# Highbridge Area Reds



## phishphood

Very nice. I haven't been up that way in over a year now. Looks like I might need to head that way.


----------



## Surfincb

Nice looking reds.

Redfish man back on his feet yet?


----------



## Hicatch

> Nice looking reds.
> 
> Redfish man back on his feet yet?


Haven't heard from Jim in quite a while....


----------



## Gator_Bob

What type of boat do you have? Looks great


----------



## Hicatch

Thanks GB, our boat is a B60 Riverhawk Kingfisher edition...


----------



## Gator_Bob

I also have the King Fisher edition and love it. I have an 18 hp four stroke. Had it about 5 years and no problems. How do you like yours?


----------



## Hicatch

Absolutely love the boat. We have a Merc 4S 20HP and the boat runs well.

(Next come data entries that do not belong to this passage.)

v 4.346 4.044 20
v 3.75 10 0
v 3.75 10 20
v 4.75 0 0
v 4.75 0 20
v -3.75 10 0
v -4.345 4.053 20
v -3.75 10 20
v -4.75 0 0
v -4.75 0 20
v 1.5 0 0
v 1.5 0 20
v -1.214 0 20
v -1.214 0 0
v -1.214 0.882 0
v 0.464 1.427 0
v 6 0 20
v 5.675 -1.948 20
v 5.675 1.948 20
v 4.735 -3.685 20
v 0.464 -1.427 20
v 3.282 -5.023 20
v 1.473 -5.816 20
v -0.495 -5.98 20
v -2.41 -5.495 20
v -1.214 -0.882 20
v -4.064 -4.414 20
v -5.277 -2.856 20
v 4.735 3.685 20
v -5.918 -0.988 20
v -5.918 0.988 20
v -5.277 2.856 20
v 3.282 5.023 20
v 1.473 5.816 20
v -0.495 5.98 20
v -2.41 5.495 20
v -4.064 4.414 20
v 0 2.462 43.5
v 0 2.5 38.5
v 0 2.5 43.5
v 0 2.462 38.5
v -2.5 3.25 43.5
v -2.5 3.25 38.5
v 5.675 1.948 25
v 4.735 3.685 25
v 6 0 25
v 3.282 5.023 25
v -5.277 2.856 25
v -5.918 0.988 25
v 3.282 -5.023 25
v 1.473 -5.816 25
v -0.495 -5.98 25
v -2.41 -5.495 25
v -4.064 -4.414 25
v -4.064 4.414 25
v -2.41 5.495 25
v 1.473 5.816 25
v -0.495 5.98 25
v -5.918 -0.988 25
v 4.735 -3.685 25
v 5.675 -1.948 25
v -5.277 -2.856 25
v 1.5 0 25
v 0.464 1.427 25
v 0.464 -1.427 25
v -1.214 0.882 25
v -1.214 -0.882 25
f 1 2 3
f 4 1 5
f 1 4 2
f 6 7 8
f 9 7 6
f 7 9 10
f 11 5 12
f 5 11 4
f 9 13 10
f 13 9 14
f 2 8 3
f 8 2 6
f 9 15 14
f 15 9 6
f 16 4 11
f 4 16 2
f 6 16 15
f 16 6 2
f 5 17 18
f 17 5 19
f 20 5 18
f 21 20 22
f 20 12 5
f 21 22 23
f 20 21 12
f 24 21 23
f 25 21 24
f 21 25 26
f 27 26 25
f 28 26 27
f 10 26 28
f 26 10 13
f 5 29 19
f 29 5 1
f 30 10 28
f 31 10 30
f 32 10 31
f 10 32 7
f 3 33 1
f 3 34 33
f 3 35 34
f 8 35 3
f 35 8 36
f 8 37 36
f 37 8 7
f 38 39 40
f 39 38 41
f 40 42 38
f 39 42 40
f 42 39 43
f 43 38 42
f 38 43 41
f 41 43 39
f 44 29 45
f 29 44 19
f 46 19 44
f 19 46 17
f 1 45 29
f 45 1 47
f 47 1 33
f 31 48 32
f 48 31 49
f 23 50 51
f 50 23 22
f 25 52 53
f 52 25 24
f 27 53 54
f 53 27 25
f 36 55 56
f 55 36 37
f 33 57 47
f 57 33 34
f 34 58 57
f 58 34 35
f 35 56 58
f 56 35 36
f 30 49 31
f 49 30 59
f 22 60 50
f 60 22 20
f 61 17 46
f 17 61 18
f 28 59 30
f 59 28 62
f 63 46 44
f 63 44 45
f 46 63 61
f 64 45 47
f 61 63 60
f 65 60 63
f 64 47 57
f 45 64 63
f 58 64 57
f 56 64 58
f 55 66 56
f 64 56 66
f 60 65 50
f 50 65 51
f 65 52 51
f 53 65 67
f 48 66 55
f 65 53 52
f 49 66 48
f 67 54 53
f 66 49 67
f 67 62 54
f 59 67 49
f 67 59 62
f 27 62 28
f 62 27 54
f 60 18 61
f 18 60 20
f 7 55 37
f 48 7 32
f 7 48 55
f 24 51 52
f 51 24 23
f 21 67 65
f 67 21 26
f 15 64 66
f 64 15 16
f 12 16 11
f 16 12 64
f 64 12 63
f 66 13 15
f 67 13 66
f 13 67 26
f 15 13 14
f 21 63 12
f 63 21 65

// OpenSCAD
// Straight hose-barb reducer: 8 mm tubing (barbs) -> 5 mm tubing (barbs)
// Print orientation: standing upright along Z, centred on origin in X/Y

// ---------------- Parameters ----------------
bore      = 3;    // through-bore diameter (mm)
eps       = 0.5;  // cutter overshoot past faces (mm)

// Lower section (z = 0 .. 20): 8 mm tubing barbs
z_barb_a  = 20;   // height of lower barbs (mm)
d_barb_a  = 8;    // tubing inner diameter (mm)
d_barb_o  = 9.5;  // outer diameter at top of barb (mm)
d_barb_b  = 7.5;  // outer diameter at bottom of barb / after step (mm)

// Collar (z = 20 .. 25)
z_collar  = 5;    // collar height (mm)
d_collar  = 12;   // collar outer diameter (mm)

// Upper section (z = 25 .. 41): 5 mm tubing barbs
z_barb_c  = 41;   // top of upper barbs (mm)
d_barb_d  = 5;    // tubing inner diameter (mm)
d_barb_e  = 6.5;  // outer diameter at bottom of barb / after step (mm)
d_barb_f  = 5.0;  // outer diameter at top of barb (mm)

n_barbs   = 2;    // number of barbs, stacked

// ---------------- Derived ----------------
total_h = z_barb_c;
// Cone angle of a barb (used for the shrinking upper barbs)
d_barb_ca = d_barb_f - d_barb_e;
d_barb_c  = d_barb_e + d_barb_ca * (z_barb_c - z_barb_a) / z_barb_a;

// ---------------- Model ----------------
difference() {
    union() {
        // Lower barbs: sawtooth profile, stacked
        for (i = [0 : n_barbs - 1])
            translate([0, 0, i * z_barb_a / n_barbs])
                linear_extrude(height = z_barb_a / n_barbs)
                    polygon(points = [
                        [-d_barb_o / 2, 0],
                        [ d_barb_o / 2, 0],
                        [ d_barb_b / 2, z_barb_a / n_barbs],
                        [-d_barb_b / 2, z_barb_a / n_barbs]
                    ]);

        // Collar
        translate([0, 0, z_barb_a])
            cylinder(h = z_collar, d = d_collar);

        // Upper barbs: cone profile, stacked
        for (i = [0 : n_barbs - 1])
            translate([0, 0, z_barb_c - i * z_collar / n_barbs])
                rotate([0, 0, 90])
                    linear_extrude(height = z_collar / n_barbs)
                        polygon(points = [
                            [d_barb_c / 2, 0],
                            [d_barb_e / 2, z_collar / n_barbs],
                            [d_barb_f / 2, 0]
                        ]);
    }

    // Full-length through-bore
    translate([0, 0, -eps])
        cylinder(h = total_h + 2 * eps, d = bore);
}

The biggest thing is how stable the boat is; when people come on for the first time they can't believe the stability.


----------



## Surfincb

Still good fishing going on up there. Took my uncle from WV out this weekend and he landed 2 reds about 16" each, I landed one at 20" and he got a snook by the 4 posts. 
I haven't been out there in a couple months and there was action everywhere for the first 3 hours.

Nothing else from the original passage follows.